But, the slaves who lived within the realm of the Confederacy remained in bondage. Many didn’t even know about the proclamation when it went into effect. Its authority was denied and nullified by local and regional power. And yet, in reality, from Lincoln’s perspective, they were free. As the union was restored, as confederate states assumed their rightful place, and as the slaves came to realize their freedom, their emancipation was already a reality.
My apologies to all American history teachers and Civil War buffs, I know that the proclamation didn’t include the north and some border states. I know that real freedom was realized more slowly and with more complexity ~ not unlike our freedom.
And, my apology to all southerners, I know you think the war isn’t over and that we are currently just enjoying a brief respite….
But, maybe it a helpful image.
For, Luke this exchange in the synagogue in Nazareth is the inaugural address of Jesus. The kingdom has arrived. Luke places this as the first picture of the public ministry of Jesus and then stacks up snap shots of the lame being made to walk,
and the blind being made to see,
and those in chains being released,
and the dead being raised.
He stacks up pictures of this new reality.
Or, Luke places this proclamation of Jesus as the prelude ~ sung in the same key as the song of Mary ~ and then breaks into a symphony of teachings and stories and relationships that embodies this good news.
Jesus read of an old hope that was etched deep in the hearts and souls of those Nazarenes with bent backs and calloused hands, and then he said that the time was full up to brim. He tapped into an ancient notion that a day would come when God would right-side-up creation and he said, “Today is that day….” He didn’t offer a radical new vision or call for them to grab pitch forks and storm Sepphoris to remake reality.

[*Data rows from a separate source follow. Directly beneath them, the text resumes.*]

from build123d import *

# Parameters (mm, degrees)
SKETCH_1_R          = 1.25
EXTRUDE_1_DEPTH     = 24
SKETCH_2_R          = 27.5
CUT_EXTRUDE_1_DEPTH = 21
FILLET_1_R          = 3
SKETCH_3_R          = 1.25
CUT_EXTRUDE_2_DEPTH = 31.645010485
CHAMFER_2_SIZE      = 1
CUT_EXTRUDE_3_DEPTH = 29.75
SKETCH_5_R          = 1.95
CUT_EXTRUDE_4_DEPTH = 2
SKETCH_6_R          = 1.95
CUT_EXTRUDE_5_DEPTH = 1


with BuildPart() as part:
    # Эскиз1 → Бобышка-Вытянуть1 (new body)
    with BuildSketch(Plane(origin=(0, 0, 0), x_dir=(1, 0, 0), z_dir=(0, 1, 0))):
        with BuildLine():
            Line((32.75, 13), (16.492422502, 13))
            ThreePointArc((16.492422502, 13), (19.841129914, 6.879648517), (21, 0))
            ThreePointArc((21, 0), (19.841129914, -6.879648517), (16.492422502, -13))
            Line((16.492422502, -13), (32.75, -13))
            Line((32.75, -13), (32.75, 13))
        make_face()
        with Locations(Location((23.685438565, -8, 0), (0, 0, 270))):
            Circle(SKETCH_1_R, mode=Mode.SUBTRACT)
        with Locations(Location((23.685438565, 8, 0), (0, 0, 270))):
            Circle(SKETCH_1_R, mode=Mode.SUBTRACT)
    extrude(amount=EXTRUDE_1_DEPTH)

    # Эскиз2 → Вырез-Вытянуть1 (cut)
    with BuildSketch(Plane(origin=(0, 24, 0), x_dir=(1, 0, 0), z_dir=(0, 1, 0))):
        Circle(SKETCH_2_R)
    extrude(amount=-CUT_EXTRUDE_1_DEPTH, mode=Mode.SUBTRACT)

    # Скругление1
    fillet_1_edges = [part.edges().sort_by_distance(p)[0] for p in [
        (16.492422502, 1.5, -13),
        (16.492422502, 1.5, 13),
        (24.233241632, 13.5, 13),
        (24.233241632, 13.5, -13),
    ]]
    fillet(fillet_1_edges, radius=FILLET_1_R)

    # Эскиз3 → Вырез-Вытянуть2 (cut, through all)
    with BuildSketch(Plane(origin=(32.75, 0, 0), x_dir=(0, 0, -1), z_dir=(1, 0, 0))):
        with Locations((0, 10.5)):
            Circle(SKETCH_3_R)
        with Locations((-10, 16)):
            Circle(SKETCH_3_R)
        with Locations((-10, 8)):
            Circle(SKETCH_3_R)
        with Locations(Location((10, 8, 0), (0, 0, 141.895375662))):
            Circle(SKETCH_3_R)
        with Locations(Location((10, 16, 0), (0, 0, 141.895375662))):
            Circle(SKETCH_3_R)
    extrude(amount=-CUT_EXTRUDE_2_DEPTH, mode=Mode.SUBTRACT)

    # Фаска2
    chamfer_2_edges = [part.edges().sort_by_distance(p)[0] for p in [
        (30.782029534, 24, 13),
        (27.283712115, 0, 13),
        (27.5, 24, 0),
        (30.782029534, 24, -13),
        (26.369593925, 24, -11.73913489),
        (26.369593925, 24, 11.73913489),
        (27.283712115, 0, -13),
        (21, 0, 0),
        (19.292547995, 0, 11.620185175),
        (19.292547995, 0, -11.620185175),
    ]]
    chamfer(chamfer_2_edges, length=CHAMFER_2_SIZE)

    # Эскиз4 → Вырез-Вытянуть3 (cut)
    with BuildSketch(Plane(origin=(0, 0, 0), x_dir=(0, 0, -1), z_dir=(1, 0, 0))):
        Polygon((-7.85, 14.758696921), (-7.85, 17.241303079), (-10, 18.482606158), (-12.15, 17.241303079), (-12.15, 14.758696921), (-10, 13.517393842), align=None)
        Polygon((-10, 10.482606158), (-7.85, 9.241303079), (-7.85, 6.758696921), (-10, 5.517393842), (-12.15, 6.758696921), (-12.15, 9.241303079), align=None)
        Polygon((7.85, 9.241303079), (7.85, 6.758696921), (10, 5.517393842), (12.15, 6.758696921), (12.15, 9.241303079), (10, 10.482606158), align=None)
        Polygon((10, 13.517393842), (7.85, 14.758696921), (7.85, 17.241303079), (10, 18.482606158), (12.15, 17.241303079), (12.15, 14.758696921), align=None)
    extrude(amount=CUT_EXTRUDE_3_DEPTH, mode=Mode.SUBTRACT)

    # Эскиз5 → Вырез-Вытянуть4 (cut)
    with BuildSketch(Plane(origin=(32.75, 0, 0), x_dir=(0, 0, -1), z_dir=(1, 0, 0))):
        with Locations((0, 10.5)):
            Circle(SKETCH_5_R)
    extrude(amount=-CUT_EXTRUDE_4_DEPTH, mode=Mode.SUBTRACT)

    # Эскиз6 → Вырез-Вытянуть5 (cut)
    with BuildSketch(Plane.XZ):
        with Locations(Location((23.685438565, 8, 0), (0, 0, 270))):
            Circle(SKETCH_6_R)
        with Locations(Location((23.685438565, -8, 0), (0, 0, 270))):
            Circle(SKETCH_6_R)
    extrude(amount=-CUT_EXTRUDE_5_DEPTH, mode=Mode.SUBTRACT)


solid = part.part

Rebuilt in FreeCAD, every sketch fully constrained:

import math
import FreeCAD as App
import Part
import Sketcher
from FreeCAD import Vector
Q = App.Units.Quantity


def edges_at(feature, points):
    """Names of the edges that pass closest to the given points."""
    edges = feature.Shape.Edges
    near = lambda p: min(range(len(edges)), key=lambda i: edges[i].distToShape(Part.Vertex(*p))[0])
    return sorted({f"Edge{near(p) + 1}" for p in points})


def add_polygon(sketch, points):
    """Adds a closed chain of lines whose ends are joined by coincident constraints."""
    first, n = sketch.GeometryCount, len(points)
    for a, b in zip(points, points[1:] + points[:1]):
        sketch.addGeometry(Part.LineSegment(App.Vector(*a, 0), App.Vector(*b, 0)), False)
    for i in range(n):
        sketch.addConstraint(Sketcher.Constraint("Coincident", first + i, 2, first + (i + 1) % n, 1))

doc = App.newDocument("Part")
body = doc.addObject("PartDesign::Body", "Body")

# Sketch on XZ plane
sketch1 = body.newObject("Sketcher::SketchObject", "Sketch")
sketch1.AttachmentSupport = (doc.getObject("XZ_Plane"), [""])
sketch1.MapMode = "FlatFace"
sketch1.addGeometry([
    Part.LineSegment(Vector(32.8, -13, 0), Vector(16.5, -13, 0)),  # 0
    Part.ArcOfCircle(Part.Circle(Vector(0, 0, 0), Vector(0, 0, 1), 21), math.radians(-38), math.radians(0)),  # 1
    Part.ArcOfCircle(Part.Circle(Vector(0, 0, 0), Vector(0, 0, 1), 21), math.radians(0), math.radians(38)),  # 2
    Part.LineSegment(Vector(16.5, 13, 0), Vector(32.8, 13, 0)),  # 3
    Part.LineSegment(Vector(32.8, 13, 0), Vector(32.8, -13, 0)),  # 4
    Part.Circle(Vector(23.7, 8, 0), Vector(0, 0, 1), 1.2),  # 5
    Part.Circle(Vector(23.7, -8, 0), Vector(0, 0, 1), 1.2),  # 6
], False)
sketch1.addConstraint([
    Sketcher.Constraint("Coincident", 0, 2, 1, 1),
    Sketcher.Constraint("Tangent", 1, 2, 2, 1),
    Sketcher.Constraint("Coincident", 2, 2, 3, 1),
    Sketcher.Constraint("Coincident", 3, 2, 4, 1),
    Sketcher.Constraint("Coincident", 4, 2, 0, 1),
    Sketcher.Constraint("Horizontal", 0),
    Sketcher.Constraint("Horizontal", 3),
    Sketcher.Constraint("Vertical", 4),
    Sketcher.Constraint("Coincident", 1, 3, -1, 1),
    Sketcher.Constraint("Equal", 1, 2),
    Sketcher.Constraint("Equal", 5, 6),
    Sketcher.Constraint("Symmetric", 5, 3, 6, 3, -1),
    Sketcher.Constraint("PointOnObject", 1, 2, -1),
    Sketcher.Constraint("Vertical", 0, 2, 2, 2),
    Sketcher.Constraint("Radius", 1, Q("21 mm")),
    Sketcher.Constraint("Diameter", 5, Q("2.5 mm")),
    Sketcher.Constraint("DistanceY", 4, 2, 4, 1, Q("26 mm")),
    Sketcher.Constraint("DistanceY", -1, 1, 5, 3, Q("8 mm")),
    Sketcher.Constraint("DistanceX", -1, 1, 3, 2, Q("32.75 mm")),
    Sketcher.Constraint("DistanceX", -1, 1, 5, 3, Q("23.685439 mm")),
])
pad1 = body.newObject("PartDesign::Pad", "Pad")
pad1.Profile = sketch1
pad1.Length = 24
pad1.Reversed = True

# Sketch on XZ plane
sketch2 = body.newObject("Sketcher::SketchObject", "Sketch001")
sketch2.AttachmentSupport = (doc.getObject("XZ_Plane"), [""])
sketch2.MapMode = "FlatFace"
sketch2.AttachmentOffset = App.Placement(Vector(0, 0, -24), App.Rotation())
sketch2.addGeometry(Part.Circle(Vector(0, 0, 0), Vector(0, 0, 1), 28), False)
sketch2.addConstraint([
    Sketcher.Constraint("Coincident", 0, 3, -1, 1),
    Sketcher.Constraint("Diameter", 0, Q("55 mm")),
])
pocket1 = body.newObject("PartDesign::Pocket", "Pocket")
pocket1.Profile = sketch2
pocket1.Length = 21
pocket1.Reversed = True
doc.recompute()

fillet = body.newObject("PartDesign::Fillet", "Fillet")
fillet.Base = (pocket1, edges_at(pocket1, [
    (16.492, 1.5, -13),
    (16.492, 1.5, 13),
    (24.233, 13.5, 13),
    (24.233, 13.5, -13),
]))
fillet.Radius = 3

# Sketch on YZ plane
sketch3 = body.newObject("Sketcher::SketchObject", "Sketch002")
sketch3.AttachmentSupport = (doc.getObject("YZ_Plane"), [""])
sketch3.MapMode = "FlatFace"
sketch3.AttachmentOffset = App.Placement(Vector(0, 0, 32.75), App.Rotation())
sketch3.addGeometry([
    Part.Circle(Vector(10.5, 0, 0), Vector(0, 0, 1), 1.2),  # 0
    Part.Circle(Vector(16, 10, 0), Vector(0, 0, 1), 1.2),  # 1
    Part.Circle(Vector(8, 10, 0), Vector(0, 0, 1), 1.2),  # 2
    Part.Circle(Vector(8, -10, 0), Vector(0, 0, 1), 1.2),  # 3
    Part.Circle(Vector(16, -10, 0), Vector(0, 0, 1), 1.2),  # 4
], False)
sketch3.addConstraint([
    Sketcher.Constraint("Equal", 0, 1),
    Sketcher.Constraint("Equal", 1, 2),
    Sketcher.Constraint("Equal", 2, 3),
    Sketcher.Constraint("Equal", 3, 4),
    Sketcher.Constraint("Symmetric", 2, 3, 3, 3, -1),
    Sketcher.Constraint("Symmetric", 1, 3, 4, 3, -1),
    Sketcher.Constraint("PointOnObject", 0, 3, -1),
    Sketcher.Constraint("Horizontal", 1, 3, 2, 3),
    Sketcher.Constraint("Diameter", 0, Q("2.5 mm")),
    Sketcher.Constraint("DistanceX", -1, 1, 1, 3, Q("16 mm")),
    Sketcher.Constraint("DistanceY", -1, 1, 1, 3, Q("10 mm")),
    Sketcher.Constraint("DistanceX", -1, 1, 2, 3, Q("8 mm")),
    Sketcher.Constraint("DistanceX", -1, 1, 0, 3, Q("10.5 mm")),
])
pocket2 = body.newObject("PartDesign::Pocket", "Pocket001")
pocket2.Profile = sketch3
pocket2.Type = "ThroughAll"
doc.recompute()

chamfer = body.newObject("PartDesign::Chamfer", "Chamfer")
chamfer.Base = (pocket2, edges_at(pocket2, [
    (30.782, 24, 13),
    (27.284, 0, 13),
    (27.5, 24, 0),
    (30.782, 24, -13),
    (26.37, 24, -11.739),
    (26.37, 24, 11.739),
    (27.284, 0, -13),
    (20.517, 0, -4.478),
    (19.293, 0, 11.62),
    (19.293, 0, -11.62),
]))
chamfer.Size = 1

# Sketch on YZ plane
sketch4 = body.newObject("Sketcher::SketchObject", "Sketch003")
sketch4.AttachmentSupport = (doc.getObject("YZ_Plane"), [""])
sketch4.MapMode = "FlatFace"
add_polygon(sketch4, [(14.8, 7.8), (17.2, 7.8), (18.5, 10), (17.2, 12.2), (14.8, 12.2), (13.5, 10)])  # lines 0-5
add_polygon(sketch4, [(9.2, 7.8), (10.5, 10), (9.2, 12.2), (6.8, 12.2), (5.5, 10), (6.8, 7.8)])  # lines 6-11
add_polygon(sketch4, [(9.2, -7.8), (6.8, -7.8), (5.5, -10), (6.8, -12.2), (9.2, -12.2), (10.5, -10)])  # lines 12-17
add_polygon(sketch4, [(14.8, -7.8), (13.5, -10), (14.8, -12.2), (17.2, -12.2), (18.5, -10), (17.2, -7.8)])  # lines 18-23
sketch4.addConstraint([
    Sketcher.Constraint("Horizontal", 0),
    Sketcher.Constraint("Horizontal", 3),
    Sketcher.Constraint("Horizontal", 8),
    Sketcher.Constraint("Horizontal", 11),
    Sketcher.Constraint("Horizontal", 12),
    Sketcher.Constraint("Horizontal", 15),
    Sketcher.Constraint("Horizontal", 20),
    Sketcher.Constraint("Horizontal", 23),
    Sketcher.Constraint("Symmetric", 10, 2, 12, 2, -1),
    Sketcher.Constraint("Symmetric", 9, 2, 13, 2, -1),
    Sketcher.Constraint("Symmetric", 8, 2, 14, 2, -1),
    Sketcher.Constraint("Symmetric", 6, 2, 16, 2, -1),
    Sketcher.Constraint("Symmetric", 4, 2, 18, 2, -1),
    Sketcher.Constraint("Symmetric", 3, 2, 19, 2, -1),
    Sketcher.Constraint("Symmetric", 1, 2, 21, 2, -1),
    Sketcher.Constraint("Symmetric", 0, 2, 22, 2, -1),
    Sketcher.Constraint("Parallel", 1, 4),
    Sketcher.Constraint("Parallel", 2, 5),
    Sketcher.Constraint("Parallel", 4, 6),
    Sketcher.Constraint("Parallel", 5, 7),
    Sketcher.Constraint("Parallel", 6, 9),
    Sketcher.Constraint("Parallel", 7, 10),
    Sketcher.Constraint("Parallel", 9, 13),
    Sketcher.Constraint("Parallel", 13, 16),
    Sketcher.Constraint("Parallel", 14, 17),
    Sketcher.Constraint("Parallel", 16, 18),
    Sketcher.Constraint("Parallel", 18, 21),
    Sketcher.Constraint("Horizontal", 1, 2, 4, 2),
    Sketcher.Constraint("Horizontal", 4, 2, 6, 2),
    Sketcher.Constraint("Horizontal", 3, 2, 7, 2),
    Sketcher.Constraint("Horizontal", 6, 2, 9, 2),
    Sketcher.Constraint("Horizontal", 5, 2, 10, 2),
    Sketcher.Constraint("Vertical", 0, 2, 2, 2),
    Sketcher.Constraint("Equal", 3, 8),
    Sketcher.Constraint("Angle", 1, Q("60 deg")),
    Sketcher.Constraint("DistanceY", -1, 1, 1, 2, Q("10 mm")),
    Sketcher.Constraint("DistanceX", 7, 2, 2, 2, Q("8 mm")),
    Sketcher.Constraint("DistanceY", 0, 2, 2, 2, Q("4.3 mm")),
    Sketcher.Constraint("DistanceX", 0, 1, 0, 2, Q("2.482606 mm")),
    Sketcher.Constraint("DistanceX", -1, 1, 0, 2, Q("17.241303 mm")),
])
pocket3 = body.newObject("PartDesign::Pocket", "Pocket002")
pocket3.Profile = sketch4
pocket3.Length = 29.75
pocket3.Reversed = True

# Sketch on YZ plane
sketch5 = body.newObject("Sketcher::SketchObject", "Sketch004")
sketch5.AttachmentSupport = (doc.getObject("YZ_Plane"), [""])
sketch5.MapMode = "FlatFace"
sketch5.AttachmentOffset = App.Placement(Vector(0, 0, 32.75), App.Rotation())
sketch5.addGeometry(Part.Circle(Vector(10.5, 0, 0), Vector(0, 0, 1), 1.9), False)
sketch5.addConstraint([
    Sketcher.Constraint("PointOnObject", 0, 3, -1),
    Sketcher.Constraint("Diameter", 0, Q("3.9 mm")),
    Sketcher.Constraint("DistanceX", -1, 1, 0, 3, Q("10.5 mm")),
])
pocket4 = body.newObject("PartDesign::Pocket", "Pocket003")
pocket4.Profile = sketch5
pocket4.Length = 2

# Sketch on XZ plane
sketch6 = body.newObject("Sketcher::SketchObject", "Sketch005")
sketch6.AttachmentSupport = (doc.getObject("XZ_Plane"), [""])
sketch6.MapMode = "FlatFace"
sketch6.addGeometry([
    Part.Circle(Vector(23.7, 8, 0), Vector(0, 0, 1), 1.9),
    Part.Circle(Vector(23.7, -8, 0), Vector(0, 0, 1), 1.9),
], False)
sketch6.addConstraint([
    Sketcher.Constraint("Equal", 0, 1),
    Sketcher.Constraint("Symmetric", 0, 3, 1, 3, -1),
    Sketcher.Constraint("Diameter", 0, Q("3.9 mm")),
    Sketcher.Constraint("DistanceY", -1, 1, 0, 3, Q("8 mm")),
    Sketcher.Constraint("DistanceX", -1, 1, 0, 3, Q("23.685439 mm")),
])
pocket5 = body.newObject("PartDesign::Pocket", "Pocket004")
pocket5.Profile = sketch6
pocket5.Length = 1

doc.recompute()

He said this is reality…..
You are free.
The day is now ~ the day is coming.
Live into your freedom.
Dear friends, may it be so with us…
For that same emancipation whispered by Isaiah, and proclaimed by Jesus, makes it through the cross and the tomb, through the birth of the church, through all the twists and turns of history, and it is still sung today….
You are free from whatever binds you.
There is no longer anything to fear.
Everything is topsy-turvy-right-side-up.
The light of hope has triumphed over the darkness of despair.
The oppressed are released.
The imprisoned are free.
The poor have good news.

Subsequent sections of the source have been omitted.